# Tomorrow is International Record Store Day



## The Deacon (Jan 14, 2018)

Wot you Huberts think of that then.

Are you enticed by the idea of a HUSTLE of 40-70 year old fat, balding losers in logo-ed denim outfits sweating it out in tight record stores. Mavens of Springsteen and hard-rockin' flipster daddies talking AC/DC and Mott the Hoople?

Losers rewarding their family-less , lonely lives with a box of Belgian chocolates and a romp through the fuzzy warbles?


You find this all appealing?



...

Thing about all this yearly Record Store Day media coverage is that when they (as always for the most point falsely) maintain that record sales are on the definite rise they never discriminate between USED records and $40 brandnew "trophy" records.


----------



## laurie (Jan 12, 2017)

Why do you post threads like this?? 
Something is really wrong when a person gets their thrills from constantly insulting, mocking, & name-calling ....
I actually feel sad for you .... you seem like a very unhappy soul.


----------



## The Deacon (Jan 14, 2018)

The Deacon can see peeps on THIS forum are really intop vinyl.


Anyways.....


Someone posted this (at Hoffmann forum) concerning the price gouging aspect:

"RSD is an event without a purpose.

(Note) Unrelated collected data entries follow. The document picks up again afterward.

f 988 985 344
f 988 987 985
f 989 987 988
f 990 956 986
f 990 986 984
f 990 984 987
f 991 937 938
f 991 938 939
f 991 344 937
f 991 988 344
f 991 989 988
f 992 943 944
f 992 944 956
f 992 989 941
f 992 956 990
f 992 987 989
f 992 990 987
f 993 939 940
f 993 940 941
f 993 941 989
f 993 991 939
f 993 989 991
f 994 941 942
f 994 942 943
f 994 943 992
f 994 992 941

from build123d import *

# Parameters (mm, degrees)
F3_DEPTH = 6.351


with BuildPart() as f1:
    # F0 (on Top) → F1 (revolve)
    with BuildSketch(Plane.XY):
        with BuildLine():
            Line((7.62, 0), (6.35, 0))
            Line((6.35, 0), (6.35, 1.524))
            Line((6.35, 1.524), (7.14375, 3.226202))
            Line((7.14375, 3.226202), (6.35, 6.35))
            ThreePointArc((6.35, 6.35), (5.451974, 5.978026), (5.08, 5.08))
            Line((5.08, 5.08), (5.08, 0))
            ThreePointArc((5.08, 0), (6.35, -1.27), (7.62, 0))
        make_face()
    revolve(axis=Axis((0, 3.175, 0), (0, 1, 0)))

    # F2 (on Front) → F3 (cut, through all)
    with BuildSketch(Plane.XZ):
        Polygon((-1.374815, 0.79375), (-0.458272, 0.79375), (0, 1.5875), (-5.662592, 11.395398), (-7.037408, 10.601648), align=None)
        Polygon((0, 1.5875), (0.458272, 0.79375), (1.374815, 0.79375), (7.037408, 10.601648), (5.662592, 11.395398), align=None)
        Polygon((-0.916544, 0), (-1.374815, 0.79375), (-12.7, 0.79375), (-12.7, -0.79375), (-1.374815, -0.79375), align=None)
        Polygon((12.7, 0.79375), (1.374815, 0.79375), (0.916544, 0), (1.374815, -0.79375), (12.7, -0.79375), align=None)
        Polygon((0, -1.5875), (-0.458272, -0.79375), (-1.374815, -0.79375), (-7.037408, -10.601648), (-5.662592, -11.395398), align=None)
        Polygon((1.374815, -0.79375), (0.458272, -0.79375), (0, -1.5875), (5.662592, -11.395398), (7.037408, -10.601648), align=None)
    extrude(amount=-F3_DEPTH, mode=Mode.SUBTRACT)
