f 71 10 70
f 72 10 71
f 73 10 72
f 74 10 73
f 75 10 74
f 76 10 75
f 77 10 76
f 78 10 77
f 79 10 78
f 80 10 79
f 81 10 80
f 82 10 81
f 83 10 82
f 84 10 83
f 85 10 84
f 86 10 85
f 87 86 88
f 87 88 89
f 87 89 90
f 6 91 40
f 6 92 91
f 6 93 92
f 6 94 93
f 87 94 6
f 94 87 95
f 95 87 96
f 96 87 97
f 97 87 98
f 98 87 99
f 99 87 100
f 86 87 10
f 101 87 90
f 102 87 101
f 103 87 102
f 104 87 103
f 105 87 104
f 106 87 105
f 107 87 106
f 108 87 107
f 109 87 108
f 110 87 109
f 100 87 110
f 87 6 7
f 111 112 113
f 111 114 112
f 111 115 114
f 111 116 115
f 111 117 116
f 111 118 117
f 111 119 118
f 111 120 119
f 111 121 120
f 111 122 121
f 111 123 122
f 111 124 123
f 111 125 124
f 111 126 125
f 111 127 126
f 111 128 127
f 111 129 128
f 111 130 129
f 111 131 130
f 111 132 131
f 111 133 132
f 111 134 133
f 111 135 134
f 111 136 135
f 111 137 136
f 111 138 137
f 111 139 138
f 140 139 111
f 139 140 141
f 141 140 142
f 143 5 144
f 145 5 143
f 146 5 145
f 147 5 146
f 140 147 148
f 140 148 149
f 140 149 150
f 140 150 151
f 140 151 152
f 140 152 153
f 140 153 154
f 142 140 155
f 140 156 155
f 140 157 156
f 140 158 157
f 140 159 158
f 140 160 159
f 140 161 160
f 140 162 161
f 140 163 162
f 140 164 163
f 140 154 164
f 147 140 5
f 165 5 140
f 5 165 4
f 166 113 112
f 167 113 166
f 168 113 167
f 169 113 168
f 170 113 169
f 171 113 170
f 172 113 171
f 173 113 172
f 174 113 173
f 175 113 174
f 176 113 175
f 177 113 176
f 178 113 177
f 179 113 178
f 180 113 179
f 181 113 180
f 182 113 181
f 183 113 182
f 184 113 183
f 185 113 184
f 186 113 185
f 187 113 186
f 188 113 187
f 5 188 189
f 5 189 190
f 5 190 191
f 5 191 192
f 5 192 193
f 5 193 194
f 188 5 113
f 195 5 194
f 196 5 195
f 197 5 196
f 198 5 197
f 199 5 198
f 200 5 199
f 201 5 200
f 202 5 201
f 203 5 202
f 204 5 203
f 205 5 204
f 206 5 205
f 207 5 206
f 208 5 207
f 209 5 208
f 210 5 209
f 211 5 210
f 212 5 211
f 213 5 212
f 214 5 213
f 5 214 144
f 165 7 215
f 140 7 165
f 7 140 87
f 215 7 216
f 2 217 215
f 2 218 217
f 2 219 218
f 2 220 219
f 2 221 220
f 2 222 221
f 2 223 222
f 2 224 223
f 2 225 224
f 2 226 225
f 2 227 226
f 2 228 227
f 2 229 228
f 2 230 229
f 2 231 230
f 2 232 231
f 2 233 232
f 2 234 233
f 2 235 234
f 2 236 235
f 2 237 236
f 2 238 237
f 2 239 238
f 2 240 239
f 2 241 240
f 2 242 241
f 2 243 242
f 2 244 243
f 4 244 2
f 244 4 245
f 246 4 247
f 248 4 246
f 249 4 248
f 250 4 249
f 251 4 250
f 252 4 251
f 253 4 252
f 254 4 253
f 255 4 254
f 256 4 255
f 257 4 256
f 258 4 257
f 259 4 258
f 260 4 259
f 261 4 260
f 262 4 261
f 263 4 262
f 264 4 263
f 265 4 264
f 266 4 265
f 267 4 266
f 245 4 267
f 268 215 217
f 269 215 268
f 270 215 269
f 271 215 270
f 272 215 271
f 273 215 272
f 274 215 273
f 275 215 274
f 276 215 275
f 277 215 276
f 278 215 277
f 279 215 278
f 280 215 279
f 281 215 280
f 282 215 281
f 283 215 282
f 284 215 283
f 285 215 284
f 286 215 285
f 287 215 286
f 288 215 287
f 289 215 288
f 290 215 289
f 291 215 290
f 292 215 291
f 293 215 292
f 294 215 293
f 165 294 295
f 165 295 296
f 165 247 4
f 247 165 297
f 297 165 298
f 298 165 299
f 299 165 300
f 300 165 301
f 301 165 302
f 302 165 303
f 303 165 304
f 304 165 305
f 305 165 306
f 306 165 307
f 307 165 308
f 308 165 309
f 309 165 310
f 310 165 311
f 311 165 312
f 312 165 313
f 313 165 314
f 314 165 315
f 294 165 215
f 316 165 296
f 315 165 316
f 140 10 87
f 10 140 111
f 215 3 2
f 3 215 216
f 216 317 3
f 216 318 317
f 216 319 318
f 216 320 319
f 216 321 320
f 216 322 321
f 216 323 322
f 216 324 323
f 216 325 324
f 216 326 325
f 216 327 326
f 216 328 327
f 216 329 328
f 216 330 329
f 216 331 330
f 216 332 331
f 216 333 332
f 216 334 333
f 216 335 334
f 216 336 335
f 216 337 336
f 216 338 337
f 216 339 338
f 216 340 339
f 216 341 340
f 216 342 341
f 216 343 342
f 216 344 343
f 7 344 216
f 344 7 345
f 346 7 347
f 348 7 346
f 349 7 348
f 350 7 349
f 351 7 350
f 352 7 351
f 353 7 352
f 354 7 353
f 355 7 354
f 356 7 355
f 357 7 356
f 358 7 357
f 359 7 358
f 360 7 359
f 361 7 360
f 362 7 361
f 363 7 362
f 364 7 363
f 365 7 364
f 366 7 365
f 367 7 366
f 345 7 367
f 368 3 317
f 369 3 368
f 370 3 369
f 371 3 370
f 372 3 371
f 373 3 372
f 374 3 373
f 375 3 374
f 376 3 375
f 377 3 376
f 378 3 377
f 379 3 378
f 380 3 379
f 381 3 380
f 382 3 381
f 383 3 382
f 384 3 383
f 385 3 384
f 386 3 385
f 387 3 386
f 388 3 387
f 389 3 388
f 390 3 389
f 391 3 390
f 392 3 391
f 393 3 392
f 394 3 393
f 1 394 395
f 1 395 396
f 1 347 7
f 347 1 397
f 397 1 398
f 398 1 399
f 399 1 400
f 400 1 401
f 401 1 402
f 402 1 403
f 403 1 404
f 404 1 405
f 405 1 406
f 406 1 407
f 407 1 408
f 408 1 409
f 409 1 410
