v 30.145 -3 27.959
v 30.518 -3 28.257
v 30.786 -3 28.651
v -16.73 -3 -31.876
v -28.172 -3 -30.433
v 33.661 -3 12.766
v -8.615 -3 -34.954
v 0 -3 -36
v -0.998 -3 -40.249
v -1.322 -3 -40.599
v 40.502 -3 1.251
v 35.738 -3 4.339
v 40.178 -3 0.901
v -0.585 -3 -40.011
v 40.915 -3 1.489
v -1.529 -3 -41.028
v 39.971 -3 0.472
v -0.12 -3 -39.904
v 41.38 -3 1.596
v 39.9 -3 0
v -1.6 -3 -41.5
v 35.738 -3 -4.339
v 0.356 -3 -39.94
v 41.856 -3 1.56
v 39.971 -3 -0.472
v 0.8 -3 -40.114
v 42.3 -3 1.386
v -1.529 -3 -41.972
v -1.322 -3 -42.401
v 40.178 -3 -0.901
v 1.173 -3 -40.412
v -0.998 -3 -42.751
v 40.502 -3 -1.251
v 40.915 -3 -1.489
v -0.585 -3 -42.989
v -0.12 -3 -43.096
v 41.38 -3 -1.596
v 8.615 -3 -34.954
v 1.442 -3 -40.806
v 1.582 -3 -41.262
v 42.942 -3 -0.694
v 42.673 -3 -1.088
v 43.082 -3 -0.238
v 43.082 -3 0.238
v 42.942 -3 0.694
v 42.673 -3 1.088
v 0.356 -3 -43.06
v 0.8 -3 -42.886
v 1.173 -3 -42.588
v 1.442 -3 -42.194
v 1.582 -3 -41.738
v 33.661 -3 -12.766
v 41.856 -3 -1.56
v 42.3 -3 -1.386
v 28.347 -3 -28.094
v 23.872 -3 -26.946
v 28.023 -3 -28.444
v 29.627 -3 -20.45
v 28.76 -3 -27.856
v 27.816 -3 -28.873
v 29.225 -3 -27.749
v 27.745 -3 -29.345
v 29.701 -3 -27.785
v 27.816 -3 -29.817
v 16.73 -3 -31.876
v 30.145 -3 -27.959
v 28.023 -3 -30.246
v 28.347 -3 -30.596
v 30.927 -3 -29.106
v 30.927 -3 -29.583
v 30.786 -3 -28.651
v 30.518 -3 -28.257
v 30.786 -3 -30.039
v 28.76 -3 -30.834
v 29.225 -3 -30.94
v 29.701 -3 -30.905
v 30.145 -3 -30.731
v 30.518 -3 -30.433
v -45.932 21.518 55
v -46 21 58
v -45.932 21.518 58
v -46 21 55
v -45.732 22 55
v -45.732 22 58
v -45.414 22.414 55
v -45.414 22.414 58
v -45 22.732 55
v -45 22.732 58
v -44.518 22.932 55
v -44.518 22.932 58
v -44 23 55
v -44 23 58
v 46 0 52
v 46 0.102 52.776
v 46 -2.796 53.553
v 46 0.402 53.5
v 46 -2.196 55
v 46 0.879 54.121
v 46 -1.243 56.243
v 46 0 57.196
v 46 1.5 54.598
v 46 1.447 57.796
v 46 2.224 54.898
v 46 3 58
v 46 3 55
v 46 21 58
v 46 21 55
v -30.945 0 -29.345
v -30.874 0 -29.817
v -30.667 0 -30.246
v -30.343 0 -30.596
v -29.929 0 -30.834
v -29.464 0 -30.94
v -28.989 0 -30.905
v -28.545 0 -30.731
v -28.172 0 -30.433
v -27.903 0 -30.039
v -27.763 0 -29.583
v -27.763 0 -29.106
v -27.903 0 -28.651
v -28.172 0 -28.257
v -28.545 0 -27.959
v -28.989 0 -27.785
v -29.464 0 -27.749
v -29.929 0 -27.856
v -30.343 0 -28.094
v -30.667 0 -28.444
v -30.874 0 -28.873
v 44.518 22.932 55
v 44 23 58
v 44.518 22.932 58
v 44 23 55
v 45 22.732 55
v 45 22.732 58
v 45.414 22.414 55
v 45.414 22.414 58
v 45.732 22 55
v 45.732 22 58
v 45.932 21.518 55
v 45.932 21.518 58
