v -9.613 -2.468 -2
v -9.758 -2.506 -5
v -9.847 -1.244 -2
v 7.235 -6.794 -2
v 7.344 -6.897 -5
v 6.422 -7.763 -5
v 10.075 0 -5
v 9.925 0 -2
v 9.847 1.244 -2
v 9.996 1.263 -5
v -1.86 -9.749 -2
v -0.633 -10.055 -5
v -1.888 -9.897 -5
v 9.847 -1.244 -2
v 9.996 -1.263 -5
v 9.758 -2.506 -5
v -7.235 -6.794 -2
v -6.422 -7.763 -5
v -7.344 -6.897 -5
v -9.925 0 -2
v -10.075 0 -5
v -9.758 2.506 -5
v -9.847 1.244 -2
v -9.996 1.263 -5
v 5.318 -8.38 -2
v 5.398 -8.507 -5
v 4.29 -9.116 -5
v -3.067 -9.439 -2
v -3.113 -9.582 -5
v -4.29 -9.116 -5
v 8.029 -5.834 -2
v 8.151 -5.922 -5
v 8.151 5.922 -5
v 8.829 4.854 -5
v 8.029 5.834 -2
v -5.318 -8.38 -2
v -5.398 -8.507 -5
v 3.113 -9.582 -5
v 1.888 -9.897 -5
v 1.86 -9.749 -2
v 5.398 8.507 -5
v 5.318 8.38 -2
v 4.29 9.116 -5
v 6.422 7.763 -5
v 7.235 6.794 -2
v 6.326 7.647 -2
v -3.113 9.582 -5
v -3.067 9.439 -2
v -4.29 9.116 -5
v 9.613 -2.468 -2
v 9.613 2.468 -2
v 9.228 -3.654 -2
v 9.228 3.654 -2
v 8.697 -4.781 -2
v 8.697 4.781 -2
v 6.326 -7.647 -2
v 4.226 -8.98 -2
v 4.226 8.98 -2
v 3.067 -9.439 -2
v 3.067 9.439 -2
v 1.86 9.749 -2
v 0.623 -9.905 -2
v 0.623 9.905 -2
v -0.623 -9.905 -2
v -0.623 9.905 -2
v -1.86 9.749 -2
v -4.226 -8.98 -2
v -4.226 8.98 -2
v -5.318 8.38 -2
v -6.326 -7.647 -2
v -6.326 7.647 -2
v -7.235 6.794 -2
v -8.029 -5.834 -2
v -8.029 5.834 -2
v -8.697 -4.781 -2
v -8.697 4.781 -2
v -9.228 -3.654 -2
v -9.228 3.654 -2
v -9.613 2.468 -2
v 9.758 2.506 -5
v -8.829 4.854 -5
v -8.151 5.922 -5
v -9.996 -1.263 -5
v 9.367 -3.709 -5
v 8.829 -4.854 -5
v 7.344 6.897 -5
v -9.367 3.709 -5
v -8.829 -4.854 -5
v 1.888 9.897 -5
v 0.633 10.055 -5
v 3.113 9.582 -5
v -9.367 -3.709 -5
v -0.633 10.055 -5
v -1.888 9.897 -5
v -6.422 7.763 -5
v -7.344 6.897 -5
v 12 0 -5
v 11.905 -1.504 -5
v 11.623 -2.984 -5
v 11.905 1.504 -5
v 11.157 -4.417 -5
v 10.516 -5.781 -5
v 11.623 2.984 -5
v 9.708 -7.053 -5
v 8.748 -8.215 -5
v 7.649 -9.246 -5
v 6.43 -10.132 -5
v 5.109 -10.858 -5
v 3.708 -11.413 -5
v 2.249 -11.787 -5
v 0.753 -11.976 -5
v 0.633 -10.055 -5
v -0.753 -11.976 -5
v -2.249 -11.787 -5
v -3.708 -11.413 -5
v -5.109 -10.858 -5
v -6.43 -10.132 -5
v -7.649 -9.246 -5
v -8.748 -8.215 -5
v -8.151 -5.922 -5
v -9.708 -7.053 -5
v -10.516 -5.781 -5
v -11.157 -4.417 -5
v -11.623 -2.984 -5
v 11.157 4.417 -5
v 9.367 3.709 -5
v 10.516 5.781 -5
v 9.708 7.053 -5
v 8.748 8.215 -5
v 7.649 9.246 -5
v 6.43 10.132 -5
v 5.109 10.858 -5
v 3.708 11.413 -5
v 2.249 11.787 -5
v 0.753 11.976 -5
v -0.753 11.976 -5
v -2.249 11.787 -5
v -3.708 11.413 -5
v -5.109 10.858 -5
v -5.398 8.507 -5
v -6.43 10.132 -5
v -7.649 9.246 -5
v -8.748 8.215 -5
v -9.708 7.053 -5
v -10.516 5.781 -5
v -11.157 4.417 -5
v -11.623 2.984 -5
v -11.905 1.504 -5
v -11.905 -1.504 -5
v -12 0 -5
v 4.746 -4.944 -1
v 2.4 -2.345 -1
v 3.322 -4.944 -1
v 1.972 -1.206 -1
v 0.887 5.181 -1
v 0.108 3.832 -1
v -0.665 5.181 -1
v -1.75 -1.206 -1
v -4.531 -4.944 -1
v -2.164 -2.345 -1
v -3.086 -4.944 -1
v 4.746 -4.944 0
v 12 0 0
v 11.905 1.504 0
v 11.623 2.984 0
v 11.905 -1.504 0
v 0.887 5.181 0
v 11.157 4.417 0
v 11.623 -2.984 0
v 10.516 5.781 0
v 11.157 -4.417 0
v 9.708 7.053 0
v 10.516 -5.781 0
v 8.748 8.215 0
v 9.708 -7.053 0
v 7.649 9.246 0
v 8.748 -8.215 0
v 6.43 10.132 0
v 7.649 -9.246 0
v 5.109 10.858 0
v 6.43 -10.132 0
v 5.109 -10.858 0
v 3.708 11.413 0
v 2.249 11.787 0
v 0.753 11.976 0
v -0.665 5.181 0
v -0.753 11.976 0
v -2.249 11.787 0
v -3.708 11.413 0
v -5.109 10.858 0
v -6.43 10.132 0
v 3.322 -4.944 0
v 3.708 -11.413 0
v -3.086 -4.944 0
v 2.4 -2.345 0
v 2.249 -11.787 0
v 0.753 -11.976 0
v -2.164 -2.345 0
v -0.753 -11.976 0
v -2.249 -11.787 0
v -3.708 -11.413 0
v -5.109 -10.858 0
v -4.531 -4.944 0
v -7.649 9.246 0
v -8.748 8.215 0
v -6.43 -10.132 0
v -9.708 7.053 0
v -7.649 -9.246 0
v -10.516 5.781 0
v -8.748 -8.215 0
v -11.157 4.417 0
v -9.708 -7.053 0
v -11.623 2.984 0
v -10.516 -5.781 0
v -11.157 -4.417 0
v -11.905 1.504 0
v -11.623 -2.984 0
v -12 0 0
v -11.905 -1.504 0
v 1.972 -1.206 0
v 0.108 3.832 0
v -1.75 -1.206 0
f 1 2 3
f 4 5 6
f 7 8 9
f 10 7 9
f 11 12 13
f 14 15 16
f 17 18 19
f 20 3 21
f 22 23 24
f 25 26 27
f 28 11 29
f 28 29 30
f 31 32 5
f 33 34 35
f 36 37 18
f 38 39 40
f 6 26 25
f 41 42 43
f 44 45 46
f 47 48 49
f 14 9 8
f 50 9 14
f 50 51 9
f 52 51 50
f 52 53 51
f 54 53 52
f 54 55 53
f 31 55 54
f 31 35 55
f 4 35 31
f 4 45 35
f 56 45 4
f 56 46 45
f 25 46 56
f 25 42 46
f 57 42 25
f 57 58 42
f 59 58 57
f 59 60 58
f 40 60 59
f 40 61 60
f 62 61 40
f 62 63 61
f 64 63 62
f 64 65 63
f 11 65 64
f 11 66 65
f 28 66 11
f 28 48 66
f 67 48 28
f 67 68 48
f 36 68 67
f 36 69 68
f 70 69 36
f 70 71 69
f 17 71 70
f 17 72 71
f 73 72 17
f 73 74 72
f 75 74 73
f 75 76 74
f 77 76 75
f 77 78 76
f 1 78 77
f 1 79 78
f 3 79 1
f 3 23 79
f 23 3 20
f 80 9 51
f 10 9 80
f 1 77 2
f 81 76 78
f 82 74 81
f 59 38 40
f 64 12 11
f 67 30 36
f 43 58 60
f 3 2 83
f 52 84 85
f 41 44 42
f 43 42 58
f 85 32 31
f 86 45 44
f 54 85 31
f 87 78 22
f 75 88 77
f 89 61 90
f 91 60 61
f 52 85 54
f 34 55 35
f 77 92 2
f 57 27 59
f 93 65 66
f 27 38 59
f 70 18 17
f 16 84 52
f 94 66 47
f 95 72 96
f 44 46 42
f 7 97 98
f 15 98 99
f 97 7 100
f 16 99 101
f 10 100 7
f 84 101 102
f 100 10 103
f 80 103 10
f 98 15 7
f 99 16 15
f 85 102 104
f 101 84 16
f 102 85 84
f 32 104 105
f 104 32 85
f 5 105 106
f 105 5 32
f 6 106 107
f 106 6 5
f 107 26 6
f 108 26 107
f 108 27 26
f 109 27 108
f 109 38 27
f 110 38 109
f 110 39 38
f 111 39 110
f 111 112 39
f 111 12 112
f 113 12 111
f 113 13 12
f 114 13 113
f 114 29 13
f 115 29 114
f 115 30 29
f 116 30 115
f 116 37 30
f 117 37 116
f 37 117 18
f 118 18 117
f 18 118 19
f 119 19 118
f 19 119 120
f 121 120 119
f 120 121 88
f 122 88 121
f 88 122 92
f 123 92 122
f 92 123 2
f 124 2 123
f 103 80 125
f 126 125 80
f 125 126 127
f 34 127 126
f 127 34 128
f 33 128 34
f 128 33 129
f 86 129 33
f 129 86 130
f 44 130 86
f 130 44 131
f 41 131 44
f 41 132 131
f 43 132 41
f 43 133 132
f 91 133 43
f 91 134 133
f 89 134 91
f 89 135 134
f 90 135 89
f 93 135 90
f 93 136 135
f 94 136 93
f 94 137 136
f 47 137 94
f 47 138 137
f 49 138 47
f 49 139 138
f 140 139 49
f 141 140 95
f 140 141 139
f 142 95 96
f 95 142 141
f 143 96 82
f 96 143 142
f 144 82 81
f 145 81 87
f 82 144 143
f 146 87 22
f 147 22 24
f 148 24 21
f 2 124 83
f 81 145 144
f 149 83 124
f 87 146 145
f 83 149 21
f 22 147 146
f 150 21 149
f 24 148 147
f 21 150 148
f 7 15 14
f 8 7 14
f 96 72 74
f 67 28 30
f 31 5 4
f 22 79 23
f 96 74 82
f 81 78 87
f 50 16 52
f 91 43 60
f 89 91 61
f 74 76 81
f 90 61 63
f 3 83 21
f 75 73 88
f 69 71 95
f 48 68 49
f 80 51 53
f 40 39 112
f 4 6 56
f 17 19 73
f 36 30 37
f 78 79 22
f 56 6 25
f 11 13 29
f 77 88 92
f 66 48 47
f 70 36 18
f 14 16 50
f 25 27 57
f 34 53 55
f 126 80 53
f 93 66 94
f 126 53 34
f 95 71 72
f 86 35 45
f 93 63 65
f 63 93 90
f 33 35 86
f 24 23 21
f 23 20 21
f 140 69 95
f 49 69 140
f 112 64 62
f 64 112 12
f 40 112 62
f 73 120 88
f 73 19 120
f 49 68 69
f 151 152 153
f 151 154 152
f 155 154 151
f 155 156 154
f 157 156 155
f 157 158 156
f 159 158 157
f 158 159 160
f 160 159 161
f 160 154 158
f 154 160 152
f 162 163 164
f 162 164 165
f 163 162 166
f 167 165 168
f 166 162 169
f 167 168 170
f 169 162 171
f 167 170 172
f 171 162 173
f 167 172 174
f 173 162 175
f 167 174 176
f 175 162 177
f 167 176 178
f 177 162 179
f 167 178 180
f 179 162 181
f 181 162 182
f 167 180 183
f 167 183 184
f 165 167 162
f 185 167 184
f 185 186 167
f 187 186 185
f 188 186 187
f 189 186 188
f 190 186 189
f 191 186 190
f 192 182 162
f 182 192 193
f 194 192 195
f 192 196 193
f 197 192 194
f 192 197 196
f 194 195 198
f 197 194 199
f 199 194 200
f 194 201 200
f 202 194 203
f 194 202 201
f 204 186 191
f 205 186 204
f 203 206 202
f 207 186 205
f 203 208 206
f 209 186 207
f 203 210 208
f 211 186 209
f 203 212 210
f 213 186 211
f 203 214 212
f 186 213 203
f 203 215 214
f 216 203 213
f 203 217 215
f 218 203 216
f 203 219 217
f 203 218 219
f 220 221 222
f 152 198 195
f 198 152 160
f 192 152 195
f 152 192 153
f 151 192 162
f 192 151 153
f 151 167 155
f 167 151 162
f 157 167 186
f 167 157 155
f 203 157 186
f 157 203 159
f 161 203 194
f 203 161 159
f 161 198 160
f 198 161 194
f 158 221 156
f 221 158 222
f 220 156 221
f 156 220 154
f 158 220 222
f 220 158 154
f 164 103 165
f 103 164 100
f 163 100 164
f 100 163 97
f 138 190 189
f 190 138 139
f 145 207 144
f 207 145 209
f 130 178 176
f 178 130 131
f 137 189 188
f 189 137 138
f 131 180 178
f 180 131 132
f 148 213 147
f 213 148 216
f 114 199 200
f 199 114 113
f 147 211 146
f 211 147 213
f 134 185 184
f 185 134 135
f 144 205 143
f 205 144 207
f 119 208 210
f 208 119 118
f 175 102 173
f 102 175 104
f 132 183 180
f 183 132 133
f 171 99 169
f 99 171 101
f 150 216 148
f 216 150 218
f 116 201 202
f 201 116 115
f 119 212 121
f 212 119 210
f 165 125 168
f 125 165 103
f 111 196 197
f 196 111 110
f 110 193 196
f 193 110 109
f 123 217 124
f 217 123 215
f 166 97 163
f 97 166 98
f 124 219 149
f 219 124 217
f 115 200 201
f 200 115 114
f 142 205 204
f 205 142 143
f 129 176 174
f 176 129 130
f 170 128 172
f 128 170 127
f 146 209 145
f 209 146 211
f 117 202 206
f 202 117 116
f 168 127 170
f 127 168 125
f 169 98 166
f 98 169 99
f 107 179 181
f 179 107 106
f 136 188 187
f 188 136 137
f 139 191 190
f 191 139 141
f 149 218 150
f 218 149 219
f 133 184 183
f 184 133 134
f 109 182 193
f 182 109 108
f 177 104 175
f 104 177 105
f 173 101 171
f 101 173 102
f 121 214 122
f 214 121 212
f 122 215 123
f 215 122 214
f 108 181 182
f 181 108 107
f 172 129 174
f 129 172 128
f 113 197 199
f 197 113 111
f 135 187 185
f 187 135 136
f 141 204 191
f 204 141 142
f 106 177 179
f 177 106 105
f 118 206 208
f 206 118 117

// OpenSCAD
$fn = 50;

difference() {
	union() {
		translate(v = [0, 0, -5.0]) {
			cylinder(h = 5, r = 12.0);
		}
	}
	union() {
		#translate(v = [0, 0, -5.0]) {
			cylinder(h = 3, r1 = 10.075, r2 = 9.925);
		}
		translate(v = [0, 0, -1]) {
			linear_extrude(height = 1) {
				text(font = "Impact", halign = "center", size = 10, text = "A", valign = "center");
			}
		}
	}
}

It's a completely fabricated day that uses extreme Limited Editions to create excitement. It's a shell game played with adults, many of whom are guaranteed only disappointment. It beggars belief that some idiot thought the way to get people into stores and buying product was to limit quantities.

What would make it better? Have it celebrate the music AND music fans who want physical product. Ditch the extreme limited editions that create a false market - currently all it does is line the pockets of flippers who leach off fellow music fans. In other words, stop creating ridiculous Limited Editions so the music fans they want to drive to the stores can get what they want, when they can afford to get it.

Won't happen though, so Record Store Day remains a stain on the industry. Just another example of the business shooting itself in the foot. What could have been great is reduced to a musical equivalent of Halloween."


----------



## Larkenfield (Jun 5, 2017)

Never heard of it until today. But here's more on it that's kind of cool with some unique vinyl pressings from different countries, from the usual informational source from hell that we all conveniently and fondly use ( sometimes ): https://en.m.wikipedia.org/wiki/Record_Store_Day

The Godfathers of Hardcore Record Stores film! 
[video]https://www.recordstoreday.com/NewsItem/7559[/video]

I still love vinyl and occasionally sleep on Naugahyde. I listen to vinyl uploads on YouTube! It would be a treat to hear some of those special pressings to celebrate the day. Here's to the Independents who love the music, and the irascible Deacon.


----------